* _Work instruction_:
Restate word for word the lines of the entries below, starting with the line that holds "f 94 97 181" and ending with the line that holds "f 286 299 301", and no others.

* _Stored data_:
────
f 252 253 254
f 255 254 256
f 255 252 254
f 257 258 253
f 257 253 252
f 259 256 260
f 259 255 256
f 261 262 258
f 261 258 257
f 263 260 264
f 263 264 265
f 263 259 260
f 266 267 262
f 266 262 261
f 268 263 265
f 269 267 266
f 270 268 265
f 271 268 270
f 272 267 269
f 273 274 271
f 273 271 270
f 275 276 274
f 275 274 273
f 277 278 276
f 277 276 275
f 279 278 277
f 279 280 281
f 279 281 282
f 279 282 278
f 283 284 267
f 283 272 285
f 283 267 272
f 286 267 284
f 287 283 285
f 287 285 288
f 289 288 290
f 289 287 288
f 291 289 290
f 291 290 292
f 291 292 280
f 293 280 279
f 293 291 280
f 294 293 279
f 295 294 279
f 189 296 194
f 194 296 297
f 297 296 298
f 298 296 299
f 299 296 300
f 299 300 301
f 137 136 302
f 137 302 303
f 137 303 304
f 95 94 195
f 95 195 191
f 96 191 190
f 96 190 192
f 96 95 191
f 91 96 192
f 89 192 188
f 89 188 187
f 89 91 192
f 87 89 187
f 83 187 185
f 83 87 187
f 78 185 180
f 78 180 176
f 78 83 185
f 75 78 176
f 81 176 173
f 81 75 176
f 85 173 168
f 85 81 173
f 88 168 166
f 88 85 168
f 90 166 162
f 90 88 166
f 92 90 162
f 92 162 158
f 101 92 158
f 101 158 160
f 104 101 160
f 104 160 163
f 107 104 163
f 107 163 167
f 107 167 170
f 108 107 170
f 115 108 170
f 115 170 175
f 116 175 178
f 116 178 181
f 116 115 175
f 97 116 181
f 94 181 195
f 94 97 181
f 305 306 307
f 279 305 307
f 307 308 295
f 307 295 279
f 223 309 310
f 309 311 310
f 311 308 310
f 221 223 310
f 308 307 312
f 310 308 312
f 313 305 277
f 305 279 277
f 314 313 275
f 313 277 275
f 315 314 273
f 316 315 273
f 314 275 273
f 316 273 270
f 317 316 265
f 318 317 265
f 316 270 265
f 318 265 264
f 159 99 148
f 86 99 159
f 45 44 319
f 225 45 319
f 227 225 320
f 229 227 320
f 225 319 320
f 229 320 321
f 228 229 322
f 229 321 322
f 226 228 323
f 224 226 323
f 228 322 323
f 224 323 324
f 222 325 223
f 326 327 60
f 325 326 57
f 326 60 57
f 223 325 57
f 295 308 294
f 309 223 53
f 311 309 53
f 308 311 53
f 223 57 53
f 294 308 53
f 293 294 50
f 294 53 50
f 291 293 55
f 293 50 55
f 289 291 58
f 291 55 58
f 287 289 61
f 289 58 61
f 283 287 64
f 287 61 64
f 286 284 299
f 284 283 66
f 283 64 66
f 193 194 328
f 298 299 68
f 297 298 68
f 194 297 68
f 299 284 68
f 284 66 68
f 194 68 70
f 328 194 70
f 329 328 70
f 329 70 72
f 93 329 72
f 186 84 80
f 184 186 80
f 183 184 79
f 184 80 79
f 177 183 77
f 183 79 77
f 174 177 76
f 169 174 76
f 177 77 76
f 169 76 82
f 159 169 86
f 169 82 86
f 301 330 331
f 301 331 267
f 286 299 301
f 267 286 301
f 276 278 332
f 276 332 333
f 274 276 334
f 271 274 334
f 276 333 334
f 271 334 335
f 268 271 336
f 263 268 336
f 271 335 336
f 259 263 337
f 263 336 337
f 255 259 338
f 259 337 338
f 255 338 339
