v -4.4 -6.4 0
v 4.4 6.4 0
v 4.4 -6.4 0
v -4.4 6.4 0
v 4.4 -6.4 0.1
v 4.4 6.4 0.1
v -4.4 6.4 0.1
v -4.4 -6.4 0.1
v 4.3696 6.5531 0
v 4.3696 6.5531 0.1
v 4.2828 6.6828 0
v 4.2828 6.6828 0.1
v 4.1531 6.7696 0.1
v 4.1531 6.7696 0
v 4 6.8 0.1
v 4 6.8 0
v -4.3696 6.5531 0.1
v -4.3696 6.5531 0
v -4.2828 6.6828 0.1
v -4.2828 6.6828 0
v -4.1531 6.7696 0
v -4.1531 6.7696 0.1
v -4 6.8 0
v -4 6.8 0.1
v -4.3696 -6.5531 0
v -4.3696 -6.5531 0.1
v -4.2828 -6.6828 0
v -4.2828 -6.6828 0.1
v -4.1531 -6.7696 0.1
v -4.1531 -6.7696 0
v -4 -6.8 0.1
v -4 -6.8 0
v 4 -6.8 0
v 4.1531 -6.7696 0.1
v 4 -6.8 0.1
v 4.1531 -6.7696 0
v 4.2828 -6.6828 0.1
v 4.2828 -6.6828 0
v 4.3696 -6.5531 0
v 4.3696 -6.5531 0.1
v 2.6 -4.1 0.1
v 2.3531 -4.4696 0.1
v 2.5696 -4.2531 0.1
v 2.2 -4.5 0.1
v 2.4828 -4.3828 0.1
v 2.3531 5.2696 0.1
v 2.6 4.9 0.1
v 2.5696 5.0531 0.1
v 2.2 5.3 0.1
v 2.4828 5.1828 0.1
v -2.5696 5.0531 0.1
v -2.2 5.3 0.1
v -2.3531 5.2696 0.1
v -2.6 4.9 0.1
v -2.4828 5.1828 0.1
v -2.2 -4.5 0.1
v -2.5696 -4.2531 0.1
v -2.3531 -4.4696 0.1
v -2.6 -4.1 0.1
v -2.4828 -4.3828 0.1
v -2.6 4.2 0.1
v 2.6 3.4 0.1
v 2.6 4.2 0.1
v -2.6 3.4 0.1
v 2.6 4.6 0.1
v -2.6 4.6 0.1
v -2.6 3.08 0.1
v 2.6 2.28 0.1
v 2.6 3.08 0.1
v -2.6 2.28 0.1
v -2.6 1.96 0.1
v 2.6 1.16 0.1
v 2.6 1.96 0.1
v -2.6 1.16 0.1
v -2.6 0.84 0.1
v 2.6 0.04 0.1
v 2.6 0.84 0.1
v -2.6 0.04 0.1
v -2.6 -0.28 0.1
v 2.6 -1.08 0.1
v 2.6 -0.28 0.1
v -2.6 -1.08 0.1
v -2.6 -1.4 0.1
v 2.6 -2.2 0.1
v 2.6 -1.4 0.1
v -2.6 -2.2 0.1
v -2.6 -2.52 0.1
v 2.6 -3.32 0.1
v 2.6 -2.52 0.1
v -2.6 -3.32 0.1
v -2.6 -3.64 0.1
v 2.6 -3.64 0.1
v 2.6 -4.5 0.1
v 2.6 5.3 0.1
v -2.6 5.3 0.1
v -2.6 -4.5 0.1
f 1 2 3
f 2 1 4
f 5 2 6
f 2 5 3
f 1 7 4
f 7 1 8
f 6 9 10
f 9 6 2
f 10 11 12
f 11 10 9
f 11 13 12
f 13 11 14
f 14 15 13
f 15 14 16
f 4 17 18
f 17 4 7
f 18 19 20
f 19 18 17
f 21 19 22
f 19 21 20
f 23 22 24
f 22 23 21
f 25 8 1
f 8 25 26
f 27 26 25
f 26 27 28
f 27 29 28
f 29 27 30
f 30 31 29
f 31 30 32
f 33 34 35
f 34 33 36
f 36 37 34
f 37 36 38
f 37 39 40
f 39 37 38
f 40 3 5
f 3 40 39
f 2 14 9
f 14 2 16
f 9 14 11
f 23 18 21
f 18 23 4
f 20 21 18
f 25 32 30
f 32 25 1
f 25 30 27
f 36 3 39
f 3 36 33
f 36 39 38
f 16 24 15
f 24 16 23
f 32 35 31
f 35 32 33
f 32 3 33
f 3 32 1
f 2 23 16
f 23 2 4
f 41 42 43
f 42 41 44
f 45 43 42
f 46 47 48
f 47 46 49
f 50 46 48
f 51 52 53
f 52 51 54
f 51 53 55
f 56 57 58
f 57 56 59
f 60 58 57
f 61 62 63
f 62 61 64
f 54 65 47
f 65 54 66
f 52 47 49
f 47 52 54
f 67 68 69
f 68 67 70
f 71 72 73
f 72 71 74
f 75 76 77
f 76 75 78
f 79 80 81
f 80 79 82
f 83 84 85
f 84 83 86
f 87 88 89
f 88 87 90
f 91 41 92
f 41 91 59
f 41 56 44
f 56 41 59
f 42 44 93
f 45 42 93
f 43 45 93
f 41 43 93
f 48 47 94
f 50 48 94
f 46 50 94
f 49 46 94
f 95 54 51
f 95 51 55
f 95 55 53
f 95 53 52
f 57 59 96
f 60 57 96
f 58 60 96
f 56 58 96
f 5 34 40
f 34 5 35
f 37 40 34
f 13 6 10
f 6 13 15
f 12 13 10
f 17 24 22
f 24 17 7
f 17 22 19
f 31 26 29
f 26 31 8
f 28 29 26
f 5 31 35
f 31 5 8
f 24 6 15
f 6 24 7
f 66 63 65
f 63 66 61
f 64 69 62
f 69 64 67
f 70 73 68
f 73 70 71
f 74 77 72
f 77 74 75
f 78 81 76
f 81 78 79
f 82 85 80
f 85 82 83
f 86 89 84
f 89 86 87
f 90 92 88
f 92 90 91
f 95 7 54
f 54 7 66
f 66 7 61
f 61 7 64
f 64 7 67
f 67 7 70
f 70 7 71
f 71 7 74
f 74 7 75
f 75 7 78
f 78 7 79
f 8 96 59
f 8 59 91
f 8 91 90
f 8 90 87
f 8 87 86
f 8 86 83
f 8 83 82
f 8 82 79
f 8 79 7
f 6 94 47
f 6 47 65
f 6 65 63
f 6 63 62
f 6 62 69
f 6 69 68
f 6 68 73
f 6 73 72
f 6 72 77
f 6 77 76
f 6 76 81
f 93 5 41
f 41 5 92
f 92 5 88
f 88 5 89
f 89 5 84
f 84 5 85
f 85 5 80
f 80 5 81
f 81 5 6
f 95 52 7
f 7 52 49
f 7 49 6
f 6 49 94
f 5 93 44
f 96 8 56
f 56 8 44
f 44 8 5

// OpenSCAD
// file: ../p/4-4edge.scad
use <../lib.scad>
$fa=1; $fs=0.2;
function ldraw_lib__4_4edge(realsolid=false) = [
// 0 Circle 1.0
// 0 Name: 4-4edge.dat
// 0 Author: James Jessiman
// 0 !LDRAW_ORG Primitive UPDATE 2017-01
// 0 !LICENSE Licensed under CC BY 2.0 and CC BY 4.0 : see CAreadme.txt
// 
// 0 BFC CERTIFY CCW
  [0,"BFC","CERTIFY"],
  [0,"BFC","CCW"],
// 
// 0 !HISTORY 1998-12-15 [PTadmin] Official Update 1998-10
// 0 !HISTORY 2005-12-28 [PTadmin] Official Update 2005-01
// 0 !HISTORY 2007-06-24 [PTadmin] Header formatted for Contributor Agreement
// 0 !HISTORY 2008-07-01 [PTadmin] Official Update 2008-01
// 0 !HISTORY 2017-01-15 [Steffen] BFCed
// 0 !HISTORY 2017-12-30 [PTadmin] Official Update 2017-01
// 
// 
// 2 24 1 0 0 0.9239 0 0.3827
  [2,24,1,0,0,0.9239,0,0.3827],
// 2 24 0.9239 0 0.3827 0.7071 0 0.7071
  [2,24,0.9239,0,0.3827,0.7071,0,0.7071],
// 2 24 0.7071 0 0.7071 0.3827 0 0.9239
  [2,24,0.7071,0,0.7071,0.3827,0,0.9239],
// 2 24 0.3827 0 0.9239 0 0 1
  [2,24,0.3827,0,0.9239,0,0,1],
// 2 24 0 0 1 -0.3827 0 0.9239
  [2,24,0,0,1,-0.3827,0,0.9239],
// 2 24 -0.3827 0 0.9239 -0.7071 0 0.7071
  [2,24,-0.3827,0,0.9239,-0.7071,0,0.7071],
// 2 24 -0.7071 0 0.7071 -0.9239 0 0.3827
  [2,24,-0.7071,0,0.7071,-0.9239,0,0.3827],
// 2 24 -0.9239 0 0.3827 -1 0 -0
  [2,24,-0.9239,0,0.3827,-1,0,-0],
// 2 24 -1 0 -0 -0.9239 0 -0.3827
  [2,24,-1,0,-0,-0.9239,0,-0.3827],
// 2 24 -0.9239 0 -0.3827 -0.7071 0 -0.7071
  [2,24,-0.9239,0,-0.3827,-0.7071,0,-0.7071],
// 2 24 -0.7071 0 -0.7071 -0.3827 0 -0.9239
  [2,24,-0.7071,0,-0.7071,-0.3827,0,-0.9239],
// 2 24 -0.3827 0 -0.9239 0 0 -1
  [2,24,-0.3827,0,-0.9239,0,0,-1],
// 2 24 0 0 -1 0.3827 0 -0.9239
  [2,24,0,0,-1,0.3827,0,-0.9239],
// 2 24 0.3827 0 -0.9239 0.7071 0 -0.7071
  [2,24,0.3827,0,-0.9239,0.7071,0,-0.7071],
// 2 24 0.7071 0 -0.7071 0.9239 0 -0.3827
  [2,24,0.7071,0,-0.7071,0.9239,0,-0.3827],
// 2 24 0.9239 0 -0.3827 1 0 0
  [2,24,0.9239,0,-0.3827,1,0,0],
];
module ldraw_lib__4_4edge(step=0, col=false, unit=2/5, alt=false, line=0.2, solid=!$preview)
────
* _Response to the task_:
f 94 97 181
f 305 306 307
f 279 305 307
f 307 308 295
f 307 295 279
f 223 309 310
f 309 311 310
f 311 308 310
f 221 223 310
f 308 307 312
f 310 308 312
f 313 305 277
f 305 279 277
f 314 313 275
f 313 277 275
f 315 314 273
f 316 315 273
f 314 275 273
f 316 273 270
f 317 316 265
f 318 317 265
f 316 270 265
f 318 265 264
f 159 99 148
f 86 99 159
f 45 44 319
f 225 45 319
f 227 225 320
f 229 227 320
f 225 319 320
f 229 320 321
f 228 229 322
f 229 321 322
f 226 228 323
f 224 226 323
f 228 322 323
f 224 323 324
f 222 325 223
f 326 327 60
f 325 326 57
f 326 60 57
f 223 325 57
f 295 308 294
f 309 223 53
f 311 309 53
f 308 311 53
f 223 57 53
f 294 308 53
f 293 294 50
f 294 53 50
f 291 293 55
f 293 50 55
f 289 291 58
f 291 55 58
f 287 289 61
f 289 58 61
f 283 287 64
f 287 61 64
f 286 284 299
f 284 283 66
f 283 64 66
f 193 194 328
f 298 299 68
f 297 298 68
f 194 297 68
f 299 284 68
f 284 66 68
f 194 68 70
f 328 194 70
f 329 328 70
f 329 70 72
f 93 329 72
f 186 84 80
f 184 186 80
f 183 184 79
f 184 80 79
f 177 183 77
f 183 79 77
f 174 177 76
f 169 174 76
f 177 77 76
f 169 76 82
f 159 169 86
f 169 82 86
f 301 330 331
f 301 331 267
f 286 299 301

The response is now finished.